The access to downtown is key for us  It will probably be very low 200s ,we just need a 1 bedroom + Den with in suite laundry and a parking spot nothing fancy.


----------



## ddkay (Nov 20, 2010)

East or west of Allen Rd? East can be really nice... west not so much


----------



## marina628 (Dec 14, 2010)

East of Allan Road .We have not done much research yet but Neptune road 2 bedroom fully updated $190,999.Obviously we would have to go in person to see the place but hoping this location would work.Our daughter is going to have 6 years in school so rather than pay $1200 a month for rent downtown she can take transit in that area and with her roommate our share of expenses is only $475 a month.


----------



## ddkay (Nov 20, 2010)

I see, so you'd ride the bus to/from Wilson or Yorkdale Station (10-15 minutes)

http://www3.ttc.ca/Trip_planner/

You can scope out the area on Google Maps Streetview if you haven't already, there are definitely lots of SFU and MDU for rental there (62% of households were rented in 2001). You can find relevant demographics on the city's website: http://www.toronto.ca/demographics/cns_profiles/cns32.htm

I think you would be overpaying quite a bit here. The industrial 'feel' doesn't go away until you move a bit further east.

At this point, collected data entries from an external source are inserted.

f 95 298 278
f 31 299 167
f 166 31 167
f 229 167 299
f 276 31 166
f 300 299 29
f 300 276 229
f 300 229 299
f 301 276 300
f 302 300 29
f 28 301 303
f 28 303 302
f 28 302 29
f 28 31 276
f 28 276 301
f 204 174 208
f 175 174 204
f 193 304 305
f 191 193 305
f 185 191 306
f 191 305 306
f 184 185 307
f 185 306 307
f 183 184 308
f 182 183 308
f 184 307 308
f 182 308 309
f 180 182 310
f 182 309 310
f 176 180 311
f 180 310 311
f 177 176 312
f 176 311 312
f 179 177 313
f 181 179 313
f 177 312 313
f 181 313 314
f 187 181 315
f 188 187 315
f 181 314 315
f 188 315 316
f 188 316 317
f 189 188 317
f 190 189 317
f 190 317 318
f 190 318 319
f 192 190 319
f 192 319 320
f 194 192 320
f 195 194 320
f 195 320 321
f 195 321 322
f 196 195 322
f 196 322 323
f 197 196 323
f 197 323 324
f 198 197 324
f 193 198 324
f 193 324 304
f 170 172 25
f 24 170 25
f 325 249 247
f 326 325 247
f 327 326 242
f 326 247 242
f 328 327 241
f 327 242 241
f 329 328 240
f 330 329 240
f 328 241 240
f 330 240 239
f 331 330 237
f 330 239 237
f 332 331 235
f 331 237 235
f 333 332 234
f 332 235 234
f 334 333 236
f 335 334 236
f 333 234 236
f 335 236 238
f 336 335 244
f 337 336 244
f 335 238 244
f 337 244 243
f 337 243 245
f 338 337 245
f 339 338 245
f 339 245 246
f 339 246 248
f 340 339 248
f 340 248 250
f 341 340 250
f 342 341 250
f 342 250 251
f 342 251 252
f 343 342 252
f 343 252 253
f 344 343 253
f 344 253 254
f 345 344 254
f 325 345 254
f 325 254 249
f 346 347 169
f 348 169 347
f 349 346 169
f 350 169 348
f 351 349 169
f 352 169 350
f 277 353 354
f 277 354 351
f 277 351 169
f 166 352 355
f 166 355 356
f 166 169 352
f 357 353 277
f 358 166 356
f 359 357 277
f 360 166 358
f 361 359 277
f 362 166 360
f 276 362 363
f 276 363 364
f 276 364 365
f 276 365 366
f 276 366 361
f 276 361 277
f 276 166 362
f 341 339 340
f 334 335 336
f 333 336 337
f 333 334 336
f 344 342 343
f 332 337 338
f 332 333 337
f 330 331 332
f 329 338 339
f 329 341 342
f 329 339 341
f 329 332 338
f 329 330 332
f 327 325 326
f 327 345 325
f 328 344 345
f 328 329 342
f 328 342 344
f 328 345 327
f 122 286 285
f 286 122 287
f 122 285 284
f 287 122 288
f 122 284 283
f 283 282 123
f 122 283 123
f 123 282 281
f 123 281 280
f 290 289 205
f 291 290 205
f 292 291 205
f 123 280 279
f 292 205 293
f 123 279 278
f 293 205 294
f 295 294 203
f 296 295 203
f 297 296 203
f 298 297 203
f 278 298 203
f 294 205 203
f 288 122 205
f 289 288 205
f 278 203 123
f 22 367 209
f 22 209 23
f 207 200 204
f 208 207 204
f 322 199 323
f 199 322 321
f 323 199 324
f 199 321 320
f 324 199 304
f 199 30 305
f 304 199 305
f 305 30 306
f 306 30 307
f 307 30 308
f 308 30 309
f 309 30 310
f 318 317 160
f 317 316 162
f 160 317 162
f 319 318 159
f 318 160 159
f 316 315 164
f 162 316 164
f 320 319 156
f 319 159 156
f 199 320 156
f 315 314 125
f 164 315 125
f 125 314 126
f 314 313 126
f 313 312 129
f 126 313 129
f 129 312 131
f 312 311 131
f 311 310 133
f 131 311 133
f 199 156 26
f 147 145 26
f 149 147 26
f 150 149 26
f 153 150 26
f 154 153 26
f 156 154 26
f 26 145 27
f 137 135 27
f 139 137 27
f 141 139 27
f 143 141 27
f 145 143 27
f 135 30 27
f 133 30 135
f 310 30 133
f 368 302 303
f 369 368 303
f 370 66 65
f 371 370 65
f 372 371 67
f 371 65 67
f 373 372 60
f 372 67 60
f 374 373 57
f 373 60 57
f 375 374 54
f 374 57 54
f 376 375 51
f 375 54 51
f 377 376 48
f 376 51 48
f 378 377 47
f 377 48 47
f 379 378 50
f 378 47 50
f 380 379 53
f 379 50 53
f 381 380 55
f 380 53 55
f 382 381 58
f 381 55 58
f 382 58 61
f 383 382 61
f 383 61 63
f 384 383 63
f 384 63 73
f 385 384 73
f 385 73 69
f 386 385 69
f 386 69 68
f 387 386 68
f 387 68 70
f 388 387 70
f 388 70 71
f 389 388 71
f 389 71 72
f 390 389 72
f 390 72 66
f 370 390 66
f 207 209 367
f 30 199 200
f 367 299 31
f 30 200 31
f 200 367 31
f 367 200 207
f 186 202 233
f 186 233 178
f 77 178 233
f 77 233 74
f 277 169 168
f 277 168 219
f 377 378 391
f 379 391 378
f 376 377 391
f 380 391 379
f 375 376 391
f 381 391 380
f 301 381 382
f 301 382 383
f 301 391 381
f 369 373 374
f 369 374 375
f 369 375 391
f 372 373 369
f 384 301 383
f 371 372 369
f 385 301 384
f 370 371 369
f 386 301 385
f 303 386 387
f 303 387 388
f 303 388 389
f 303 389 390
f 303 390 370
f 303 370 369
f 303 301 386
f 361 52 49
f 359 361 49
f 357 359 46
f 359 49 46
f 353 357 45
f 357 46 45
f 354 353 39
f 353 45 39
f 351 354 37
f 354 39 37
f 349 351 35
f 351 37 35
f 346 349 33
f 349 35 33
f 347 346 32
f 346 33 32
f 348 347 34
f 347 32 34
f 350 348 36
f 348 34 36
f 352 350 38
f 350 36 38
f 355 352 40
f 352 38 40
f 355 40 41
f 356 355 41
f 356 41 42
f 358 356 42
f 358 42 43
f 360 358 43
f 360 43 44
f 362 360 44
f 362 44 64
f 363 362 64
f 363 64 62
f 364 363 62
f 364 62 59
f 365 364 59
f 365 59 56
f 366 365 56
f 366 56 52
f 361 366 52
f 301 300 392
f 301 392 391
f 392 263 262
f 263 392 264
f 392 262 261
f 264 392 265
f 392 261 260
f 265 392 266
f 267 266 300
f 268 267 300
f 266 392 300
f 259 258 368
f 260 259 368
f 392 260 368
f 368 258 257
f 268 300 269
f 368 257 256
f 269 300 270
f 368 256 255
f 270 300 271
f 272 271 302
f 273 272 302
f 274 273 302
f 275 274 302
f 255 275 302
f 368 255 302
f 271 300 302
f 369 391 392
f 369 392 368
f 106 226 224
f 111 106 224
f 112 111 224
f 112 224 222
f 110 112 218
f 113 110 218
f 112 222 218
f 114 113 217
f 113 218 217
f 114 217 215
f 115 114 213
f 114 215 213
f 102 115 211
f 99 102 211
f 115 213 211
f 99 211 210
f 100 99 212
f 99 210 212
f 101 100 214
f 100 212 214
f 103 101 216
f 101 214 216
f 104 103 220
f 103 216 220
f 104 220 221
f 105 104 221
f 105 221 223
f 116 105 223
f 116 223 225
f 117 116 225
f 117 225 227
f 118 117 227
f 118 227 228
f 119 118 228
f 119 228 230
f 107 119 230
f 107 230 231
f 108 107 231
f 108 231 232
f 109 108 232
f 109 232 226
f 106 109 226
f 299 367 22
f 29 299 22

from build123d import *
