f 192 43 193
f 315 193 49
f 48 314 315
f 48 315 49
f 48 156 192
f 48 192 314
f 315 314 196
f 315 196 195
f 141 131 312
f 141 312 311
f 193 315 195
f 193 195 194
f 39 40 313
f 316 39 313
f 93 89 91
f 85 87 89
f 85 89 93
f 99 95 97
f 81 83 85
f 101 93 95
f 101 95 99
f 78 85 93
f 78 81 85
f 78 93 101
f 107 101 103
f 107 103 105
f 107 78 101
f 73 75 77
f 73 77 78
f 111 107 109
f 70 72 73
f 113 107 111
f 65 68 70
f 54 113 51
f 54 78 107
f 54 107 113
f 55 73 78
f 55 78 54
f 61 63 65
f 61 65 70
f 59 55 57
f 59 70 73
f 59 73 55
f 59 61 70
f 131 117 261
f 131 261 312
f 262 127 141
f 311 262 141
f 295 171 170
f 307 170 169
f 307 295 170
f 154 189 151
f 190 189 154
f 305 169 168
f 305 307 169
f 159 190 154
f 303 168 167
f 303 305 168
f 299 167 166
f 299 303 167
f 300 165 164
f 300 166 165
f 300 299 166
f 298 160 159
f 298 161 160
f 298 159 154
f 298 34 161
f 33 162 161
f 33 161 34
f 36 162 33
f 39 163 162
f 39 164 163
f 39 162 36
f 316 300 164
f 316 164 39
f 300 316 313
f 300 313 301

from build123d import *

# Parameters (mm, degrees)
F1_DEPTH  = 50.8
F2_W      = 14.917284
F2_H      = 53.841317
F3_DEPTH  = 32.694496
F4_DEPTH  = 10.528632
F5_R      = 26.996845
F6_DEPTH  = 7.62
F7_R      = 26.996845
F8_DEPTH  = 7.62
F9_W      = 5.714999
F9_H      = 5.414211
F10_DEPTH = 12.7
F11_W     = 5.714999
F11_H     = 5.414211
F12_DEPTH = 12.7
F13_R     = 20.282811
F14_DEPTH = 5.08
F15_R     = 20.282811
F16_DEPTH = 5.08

If you can snap something up along Yonge/Lawrence that would probably be better.

There are bachelors at Yonge/Lawrence (Chatsworth Apartments managed by CAR.UN), only $885/month, only a matter of finding vacancies.


----------



## marina628 (Dec 14, 2010)

Thanks DDKAY , we need something about 5 minutes drive from the train station ,my daughter will have a car by next summer.She is going to OCAD but she rather do the commute than live downtown.We are not committed to anything at this point just exploring our options .I value your opinion on the areas , I have been in Toronto area 26 years and never been on a subway so that tells you my own commuting experience lol


----------



## GeniusBoy27 (Jun 11, 2010)

I don't live that from from Wilson station, and I think you have to get east of Bathurst to really feel that it isn't run down. But having said that, the landscape right around Wilson is changing fast, and there's easy access to shopping with Costco, Home Depot, Best Buy and the LCBO. 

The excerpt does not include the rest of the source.